Parshat Vaetchanan (Deuteronomy 3:23-7:11)
Rabbi David Stav
Parshat Va’etchanan, the second portion of the Book of Devarim (Deuteronomy), begins with a heart-rending account of how Moshe pleads with the Almighty to allow him to enter the Promised Land, even though he had sinned in striking the rock at Mei Meriva. God, however, refuses his request, saying “for you shall not cross this Jordan” [Devarim 3:27). He tells Moshe to climb to the top of the mountain, from where he could view the land from afar. Moshe will ultimately merit to see the land, but only from afar. For Moshe, physically entering it would forever remain an unfulfilled dream.
I have spent years trying to picture Moshe, the very epitome of leadership, yearning to lead his people into the Promised Land. The Holy One Blessed Be He gives him a “taste” of the land, by granting him the privilege of conquering the provinces to the east of the Jordan, but he never reaches the place he so cherished. What did he feel? Was it anger? Sadness? Frustration? What was he to do with these mixed emotions?
We should note that Moshe also had a bone to pick with the nation he was leading, and he voices his grievances quite explicitly in this parsha. He even claims that they are the very reason God wouldn’t let him enter the land: “But Hashem became angry with me…” [Devarim 3:26]. With this in mind, we should also note what Moshe does, to everyone’s surprise, when his pleas go unheeded.
What would we do if were in his shoes? Would we hold a grudge, and say to ourselves “if they don’t want us, well, we’ll just do what’s good for us”? Or is there another path to follow?
The Torah tells us that immediately after Hashem makes it crystal-clear to Moshe that Hashem’s instructions hadn’t changed at all, and that he wouldn’t enter the Land of Israel, Moshe takes action.

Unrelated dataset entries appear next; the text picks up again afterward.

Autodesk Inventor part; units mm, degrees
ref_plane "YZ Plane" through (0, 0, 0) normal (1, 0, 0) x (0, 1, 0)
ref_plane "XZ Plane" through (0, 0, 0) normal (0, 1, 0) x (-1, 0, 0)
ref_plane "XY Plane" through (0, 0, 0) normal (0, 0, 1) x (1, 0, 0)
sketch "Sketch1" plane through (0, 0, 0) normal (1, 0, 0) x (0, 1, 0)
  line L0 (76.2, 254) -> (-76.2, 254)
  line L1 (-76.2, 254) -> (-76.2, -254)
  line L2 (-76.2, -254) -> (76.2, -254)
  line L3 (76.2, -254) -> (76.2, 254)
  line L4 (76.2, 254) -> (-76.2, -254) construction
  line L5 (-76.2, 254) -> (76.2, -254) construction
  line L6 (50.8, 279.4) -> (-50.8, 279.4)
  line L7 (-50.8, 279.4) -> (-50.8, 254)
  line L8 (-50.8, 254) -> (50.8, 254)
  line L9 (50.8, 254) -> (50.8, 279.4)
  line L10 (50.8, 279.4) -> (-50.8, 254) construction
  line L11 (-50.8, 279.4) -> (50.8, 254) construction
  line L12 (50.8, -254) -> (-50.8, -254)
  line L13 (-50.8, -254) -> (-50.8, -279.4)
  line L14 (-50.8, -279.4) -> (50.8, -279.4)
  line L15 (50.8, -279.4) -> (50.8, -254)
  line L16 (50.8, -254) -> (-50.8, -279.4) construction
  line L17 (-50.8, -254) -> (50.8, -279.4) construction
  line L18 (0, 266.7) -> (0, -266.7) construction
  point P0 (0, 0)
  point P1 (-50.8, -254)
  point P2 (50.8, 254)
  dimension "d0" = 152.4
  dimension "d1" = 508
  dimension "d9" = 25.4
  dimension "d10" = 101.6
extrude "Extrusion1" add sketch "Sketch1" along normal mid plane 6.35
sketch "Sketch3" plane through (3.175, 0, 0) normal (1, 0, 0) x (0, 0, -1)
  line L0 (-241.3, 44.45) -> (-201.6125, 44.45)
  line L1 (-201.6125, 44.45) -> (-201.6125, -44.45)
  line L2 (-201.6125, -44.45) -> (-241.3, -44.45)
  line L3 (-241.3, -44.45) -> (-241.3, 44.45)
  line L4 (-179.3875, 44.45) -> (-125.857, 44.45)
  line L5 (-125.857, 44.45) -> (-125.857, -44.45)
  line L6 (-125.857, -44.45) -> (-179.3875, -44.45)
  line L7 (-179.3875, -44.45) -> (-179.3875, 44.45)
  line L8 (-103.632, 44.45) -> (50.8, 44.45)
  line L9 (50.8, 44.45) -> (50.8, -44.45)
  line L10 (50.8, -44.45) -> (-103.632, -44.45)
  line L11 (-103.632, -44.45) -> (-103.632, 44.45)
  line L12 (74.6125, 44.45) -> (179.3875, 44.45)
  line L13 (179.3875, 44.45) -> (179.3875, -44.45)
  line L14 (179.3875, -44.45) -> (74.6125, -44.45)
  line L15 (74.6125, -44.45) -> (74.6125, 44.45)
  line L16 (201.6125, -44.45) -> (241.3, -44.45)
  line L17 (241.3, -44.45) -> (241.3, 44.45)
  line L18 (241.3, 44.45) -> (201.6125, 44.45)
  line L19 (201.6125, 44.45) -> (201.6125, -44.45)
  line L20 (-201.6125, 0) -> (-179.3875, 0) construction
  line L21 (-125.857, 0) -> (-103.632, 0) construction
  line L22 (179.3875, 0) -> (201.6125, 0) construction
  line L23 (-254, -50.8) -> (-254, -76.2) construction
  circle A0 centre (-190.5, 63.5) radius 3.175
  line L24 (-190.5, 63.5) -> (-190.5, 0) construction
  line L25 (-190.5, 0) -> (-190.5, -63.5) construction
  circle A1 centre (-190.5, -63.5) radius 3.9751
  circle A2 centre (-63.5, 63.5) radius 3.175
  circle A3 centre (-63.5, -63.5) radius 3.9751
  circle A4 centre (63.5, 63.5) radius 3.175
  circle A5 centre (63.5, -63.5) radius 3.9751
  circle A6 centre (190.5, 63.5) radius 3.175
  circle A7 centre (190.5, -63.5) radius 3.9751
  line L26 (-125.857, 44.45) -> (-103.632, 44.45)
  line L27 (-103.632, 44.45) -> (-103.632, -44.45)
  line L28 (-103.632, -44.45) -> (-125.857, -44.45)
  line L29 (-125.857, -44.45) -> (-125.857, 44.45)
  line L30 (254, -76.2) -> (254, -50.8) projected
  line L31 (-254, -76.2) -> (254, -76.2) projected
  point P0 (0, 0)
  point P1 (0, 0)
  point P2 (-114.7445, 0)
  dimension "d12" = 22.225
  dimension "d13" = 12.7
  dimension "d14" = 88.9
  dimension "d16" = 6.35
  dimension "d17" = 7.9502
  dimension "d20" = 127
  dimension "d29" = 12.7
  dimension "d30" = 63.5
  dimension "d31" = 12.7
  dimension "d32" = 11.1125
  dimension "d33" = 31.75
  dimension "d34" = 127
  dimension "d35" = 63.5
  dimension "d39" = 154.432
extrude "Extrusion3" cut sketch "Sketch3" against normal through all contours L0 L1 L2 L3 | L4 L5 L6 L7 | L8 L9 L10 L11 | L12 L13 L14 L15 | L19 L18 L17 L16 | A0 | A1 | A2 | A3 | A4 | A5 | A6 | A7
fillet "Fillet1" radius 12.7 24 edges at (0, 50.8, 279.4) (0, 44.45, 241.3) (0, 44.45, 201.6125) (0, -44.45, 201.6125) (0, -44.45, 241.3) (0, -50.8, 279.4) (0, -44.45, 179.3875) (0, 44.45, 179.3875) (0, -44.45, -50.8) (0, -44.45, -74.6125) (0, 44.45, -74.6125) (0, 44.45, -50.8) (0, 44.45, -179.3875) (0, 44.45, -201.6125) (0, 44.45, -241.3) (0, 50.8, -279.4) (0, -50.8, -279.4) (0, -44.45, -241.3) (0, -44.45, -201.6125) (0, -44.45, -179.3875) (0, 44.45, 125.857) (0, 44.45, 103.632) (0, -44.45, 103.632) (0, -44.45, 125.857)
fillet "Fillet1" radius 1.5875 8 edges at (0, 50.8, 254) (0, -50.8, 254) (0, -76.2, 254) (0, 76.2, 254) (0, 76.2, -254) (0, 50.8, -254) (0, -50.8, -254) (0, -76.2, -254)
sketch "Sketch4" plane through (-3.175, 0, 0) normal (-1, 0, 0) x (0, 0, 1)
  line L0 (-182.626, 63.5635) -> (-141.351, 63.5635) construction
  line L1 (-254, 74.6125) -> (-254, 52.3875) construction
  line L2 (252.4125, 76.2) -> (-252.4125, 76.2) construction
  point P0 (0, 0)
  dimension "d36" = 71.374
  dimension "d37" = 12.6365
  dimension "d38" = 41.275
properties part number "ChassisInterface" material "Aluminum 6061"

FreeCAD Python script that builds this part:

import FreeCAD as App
import Part
import Sketcher
from FreeCAD import Vector
Q = App.Units.Quantity


def edges_at(feature, points):
    """Names of the edges that pass closest to the given points."""
    edges = feature.Shape.Edges
    near = lambda p: min(range(len(edges)), key=lambda i: edges[i].distToShape(Part.Vertex(*p))[0])
    return sorted({f"Edge{near(p) + 1}" for p in points})

doc = App.newDocument("Part")
body = doc.addObject("PartDesign::Body", "Body")

# Sketch on YZ plane
sketch1 = body.newObject("Sketcher::SketchObject", "Sketch")
sketch1.AttachmentSupport = (doc.getObject("YZ_Plane"), [""])
sketch1.MapMode = "FlatFace"
sketch1.addGeometry(Part.LineSegment(Vector(76, -254, 0), Vector(76, 254, 0)), False)
sketch1.addGeometry(Part.LineSegment(Vector(76, 254, 0), Vector(51, 254, 0)), False)
sketch1.addGeometry(Part.LineSegment(Vector(51, 254, 0), Vector(51, 279, 0)), False)
sketch1.addGeometry(Part.LineSegment(Vector(51, 279, 0), Vector(-51, 279, 0)), False)
sketch1.addGeometry(Part.LineSegment(Vector(-51, 279, 0), Vector(-51, 254, 0)), False)
sketch1.addGeometry(Part.LineSegment(Vector(-51, 254, 0), Vector(-76, 254, 0)), False)
sketch1.addGeometry(Part.LineSegment(Vector(-76, 254, 0), Vector(-76, -254, 0)), False)
sketch1.addGeometry(Part.LineSegment(Vector(-76, -254, 0), Vector(-51, -254, 0)), False)
sketch1.addGeometry(Part.LineSegment(Vector(-51, -254, 0), Vector(-51, -279, 0)), False)
sketch1.addGeometry(Part.LineSegment(Vector(-51, -279, 0), Vector(51, -279, 0)), False)
sketch1.addGeometry(Part.LineSegment(Vector(51, -279, 0), Vector(51, -254, 0)), False)
sketch1.addGeometry(Part.LineSegment(Vector(51, -254, 0), Vector(76, -254, 0)), False)
sketch1.addConstraint(Sketcher.Constraint("Coincident", 0, 2, 1, 1))
sketch1.addConstraint(Sketcher.Constraint("Coincident", 1, 2, 2, 1))
sketch1.addConstraint(Sketcher.Constraint("Coincident", 2, 2, 3, 1))
sketch1.addConstraint(Sketcher.Constraint("Coincident", 3, 2, 4, 1))
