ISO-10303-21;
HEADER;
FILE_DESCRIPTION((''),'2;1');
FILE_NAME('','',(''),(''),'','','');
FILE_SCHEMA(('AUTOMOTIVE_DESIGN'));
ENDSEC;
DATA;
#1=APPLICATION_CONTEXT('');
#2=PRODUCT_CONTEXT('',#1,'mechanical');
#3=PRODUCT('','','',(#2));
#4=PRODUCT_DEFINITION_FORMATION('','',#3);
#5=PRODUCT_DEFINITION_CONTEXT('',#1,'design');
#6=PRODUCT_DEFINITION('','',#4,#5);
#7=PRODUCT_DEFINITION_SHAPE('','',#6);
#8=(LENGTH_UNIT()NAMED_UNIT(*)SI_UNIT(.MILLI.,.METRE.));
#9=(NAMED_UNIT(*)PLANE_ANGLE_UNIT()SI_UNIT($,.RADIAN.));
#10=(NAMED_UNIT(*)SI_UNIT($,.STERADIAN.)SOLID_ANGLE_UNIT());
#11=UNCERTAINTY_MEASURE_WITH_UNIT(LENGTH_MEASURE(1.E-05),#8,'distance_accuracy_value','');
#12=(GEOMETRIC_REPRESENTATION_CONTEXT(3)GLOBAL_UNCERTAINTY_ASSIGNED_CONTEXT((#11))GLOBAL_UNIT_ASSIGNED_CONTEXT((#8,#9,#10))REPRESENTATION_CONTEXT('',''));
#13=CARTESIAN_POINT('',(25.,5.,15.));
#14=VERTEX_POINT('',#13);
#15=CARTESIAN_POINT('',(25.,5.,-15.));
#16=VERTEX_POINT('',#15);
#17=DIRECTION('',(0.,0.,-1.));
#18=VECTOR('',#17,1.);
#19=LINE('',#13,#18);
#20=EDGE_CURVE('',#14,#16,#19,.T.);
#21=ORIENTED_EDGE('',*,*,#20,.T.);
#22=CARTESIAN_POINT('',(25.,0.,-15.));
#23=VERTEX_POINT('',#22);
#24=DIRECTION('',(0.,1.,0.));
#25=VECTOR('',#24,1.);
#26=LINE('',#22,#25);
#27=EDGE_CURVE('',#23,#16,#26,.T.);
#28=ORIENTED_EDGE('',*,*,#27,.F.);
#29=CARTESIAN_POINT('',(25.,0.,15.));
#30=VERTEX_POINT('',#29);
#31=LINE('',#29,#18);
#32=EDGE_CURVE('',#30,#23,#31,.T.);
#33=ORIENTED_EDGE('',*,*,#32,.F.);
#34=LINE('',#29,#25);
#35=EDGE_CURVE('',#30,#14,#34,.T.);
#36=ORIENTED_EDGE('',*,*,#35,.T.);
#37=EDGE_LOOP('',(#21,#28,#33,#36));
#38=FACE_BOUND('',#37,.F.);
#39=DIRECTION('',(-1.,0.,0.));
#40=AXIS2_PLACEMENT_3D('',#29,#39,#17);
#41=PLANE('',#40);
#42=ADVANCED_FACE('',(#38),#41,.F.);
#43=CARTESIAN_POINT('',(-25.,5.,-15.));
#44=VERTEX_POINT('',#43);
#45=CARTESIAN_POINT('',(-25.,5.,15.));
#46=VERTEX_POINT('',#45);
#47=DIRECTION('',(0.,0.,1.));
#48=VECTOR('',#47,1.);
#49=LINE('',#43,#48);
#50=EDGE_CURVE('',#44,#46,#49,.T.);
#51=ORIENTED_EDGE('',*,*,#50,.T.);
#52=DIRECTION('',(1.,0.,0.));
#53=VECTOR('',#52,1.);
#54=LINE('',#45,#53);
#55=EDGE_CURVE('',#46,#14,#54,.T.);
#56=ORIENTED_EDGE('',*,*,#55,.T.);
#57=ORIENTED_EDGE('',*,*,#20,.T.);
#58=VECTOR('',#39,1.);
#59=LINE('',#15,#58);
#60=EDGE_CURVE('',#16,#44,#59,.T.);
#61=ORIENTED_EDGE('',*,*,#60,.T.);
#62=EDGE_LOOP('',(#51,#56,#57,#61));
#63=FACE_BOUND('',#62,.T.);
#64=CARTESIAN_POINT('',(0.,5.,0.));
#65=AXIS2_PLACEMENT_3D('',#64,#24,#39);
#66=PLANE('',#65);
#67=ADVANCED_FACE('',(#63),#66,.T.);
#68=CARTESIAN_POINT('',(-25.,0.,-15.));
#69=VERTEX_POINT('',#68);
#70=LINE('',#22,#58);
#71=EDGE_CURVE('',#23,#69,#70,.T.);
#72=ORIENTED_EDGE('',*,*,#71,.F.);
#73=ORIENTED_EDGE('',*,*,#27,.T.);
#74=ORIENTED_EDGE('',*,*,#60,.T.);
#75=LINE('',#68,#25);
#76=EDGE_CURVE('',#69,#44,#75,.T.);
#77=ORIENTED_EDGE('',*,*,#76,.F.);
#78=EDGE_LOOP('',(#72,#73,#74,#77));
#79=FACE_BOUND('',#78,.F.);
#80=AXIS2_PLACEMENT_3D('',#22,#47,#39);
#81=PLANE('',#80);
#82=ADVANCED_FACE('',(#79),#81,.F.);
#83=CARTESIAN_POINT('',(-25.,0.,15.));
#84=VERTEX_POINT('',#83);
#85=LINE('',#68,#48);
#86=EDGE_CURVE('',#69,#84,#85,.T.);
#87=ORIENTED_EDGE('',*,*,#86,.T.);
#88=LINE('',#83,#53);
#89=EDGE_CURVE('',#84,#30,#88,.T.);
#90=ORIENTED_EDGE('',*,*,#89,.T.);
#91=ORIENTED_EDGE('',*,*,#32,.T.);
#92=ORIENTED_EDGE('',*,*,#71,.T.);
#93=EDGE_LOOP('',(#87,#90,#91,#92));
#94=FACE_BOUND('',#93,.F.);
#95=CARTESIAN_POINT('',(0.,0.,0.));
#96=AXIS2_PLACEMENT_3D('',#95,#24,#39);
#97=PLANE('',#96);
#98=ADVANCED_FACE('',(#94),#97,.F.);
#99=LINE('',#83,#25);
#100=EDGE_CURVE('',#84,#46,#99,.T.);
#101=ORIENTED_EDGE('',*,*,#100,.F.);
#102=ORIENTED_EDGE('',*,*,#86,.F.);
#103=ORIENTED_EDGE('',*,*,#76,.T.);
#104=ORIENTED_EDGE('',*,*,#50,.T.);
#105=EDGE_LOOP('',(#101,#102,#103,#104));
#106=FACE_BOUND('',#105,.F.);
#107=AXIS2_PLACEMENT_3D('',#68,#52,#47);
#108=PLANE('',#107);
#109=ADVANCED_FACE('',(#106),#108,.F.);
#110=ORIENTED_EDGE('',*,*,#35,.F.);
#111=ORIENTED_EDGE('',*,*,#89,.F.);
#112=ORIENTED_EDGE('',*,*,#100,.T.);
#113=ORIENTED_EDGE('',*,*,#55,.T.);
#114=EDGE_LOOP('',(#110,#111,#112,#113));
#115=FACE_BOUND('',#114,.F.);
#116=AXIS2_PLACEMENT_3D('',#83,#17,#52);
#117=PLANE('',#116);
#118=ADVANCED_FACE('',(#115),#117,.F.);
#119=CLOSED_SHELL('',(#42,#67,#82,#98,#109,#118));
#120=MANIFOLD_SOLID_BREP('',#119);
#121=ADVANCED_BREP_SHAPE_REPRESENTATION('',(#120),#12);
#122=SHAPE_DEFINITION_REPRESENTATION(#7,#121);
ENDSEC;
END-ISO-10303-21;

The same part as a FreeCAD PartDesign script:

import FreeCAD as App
import Part
import Sketcher

V = App.Vector


def add_polygon(sketch, points):
    """Adds a closed chain of lines whose ends are joined by coincident constraints."""
    first, n = sketch.GeometryCount, len(points)
    for a, b in zip(points, points[1:] + points[:1]):
        sketch.addGeometry(Part.LineSegment(App.Vector(*a, 0), App.Vector(*b, 0)), False)
    for i in range(n):
        sketch.addConstraint(Sketcher.Constraint("Coincident", first + i, 2, first + (i + 1) % n, 1))

doc = App.newDocument("Part")
body = doc.addObject("PartDesign::Body", "Body")

# Sketch on XZ plane
sketch1 = doc.addObject("Sketcher::SketchObject", "Sketch")
body.addObject(sketch1)
sketch1.AttachmentSupport = (doc.XZ_Plane, [""])
sketch1.MapMode = "FlatFace"
add_polygon(sketch1, [(25, 15), (25, -15), (-25, -15), (-25, 15)])  # lines 0-3
sketch1.addConstraint([
    Sketcher.Constraint("Vertical", 0),
    Sketcher.Constraint("Horizontal", 1),
    Sketcher.Constraint("Vertical", 2),
    Sketcher.Constraint("Horizontal", 3),
    Sketcher.Constraint("Symmetric", 0, 2, 2, 2, -1, 1),
    Sketcher.Constraint("DistanceX", 1, 2, 1, 1, 50.0),
    Sketcher.Constraint("DistanceY", 0, 2, 0, 1, 30.0),
])
pad1 = doc.addObject("PartDesign::Pad", "Pad")
body.addObject(pad1)
pad1.Profile = sketch1
pad1.Length = 5
pad1.Reversed = True

doc.recompute()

One of most important things he does is deliver a series of speeches detailing the economic, military and religious challenges the nation of Israel would face when they enter the Promised Land. He could have simply stated that he was no longer responsible for them at that point, and that the younger generation needed to figure things out for themselves. We are all too familiar with managers or leaders that hesitate to train adequate replacements, just so that everyone remembers their successes.
It is precisely at this point that Moshe’s character traits shine. When the nation suffered, Moshe felt their pain. National tragedies became his own, and this is exactly why everything Moshe did was for the good of nation, even when he was no longer there to guide them. He has no qualms about speaking harshly and saying things no one wanted to hear. He warns the people that, under certain conditions, they may be expelled from the land, and this is exactly what happened (it isn’t a coincidence that these verses are read in the synagogue on the Ninth of Av).
However, it isn’t anger or frustration that prompts Moshe’s rebukes, but rather a genuine love and concern for the welfare of the people.
Even when Moshe mentions the most trying times for the Jewish people, he prophesies:
“When you are in distress and all these things have befallen you, at the end of days, you will return unto Hashem, your God…”
Indeed, the nation is never completely severed from its roots and foundations. In this parsha, Moshe teaches us how a leader whose desires go unfulfilled ought to behave. Any leader whose prime concern is his nation understands that his personal needs and desires are secondary. He must ask himself what his nation truly needs, and he must remember that his nation’s successes outweigh his leadership position.
We also have expectation of ourselves and our leaders, hoping that the good of the country takes precedence over any other personal considerations. Let that be our consolation as we witness the hardships we struggle with, in the struggle to create a strong economy and a successful society in the State of Israel.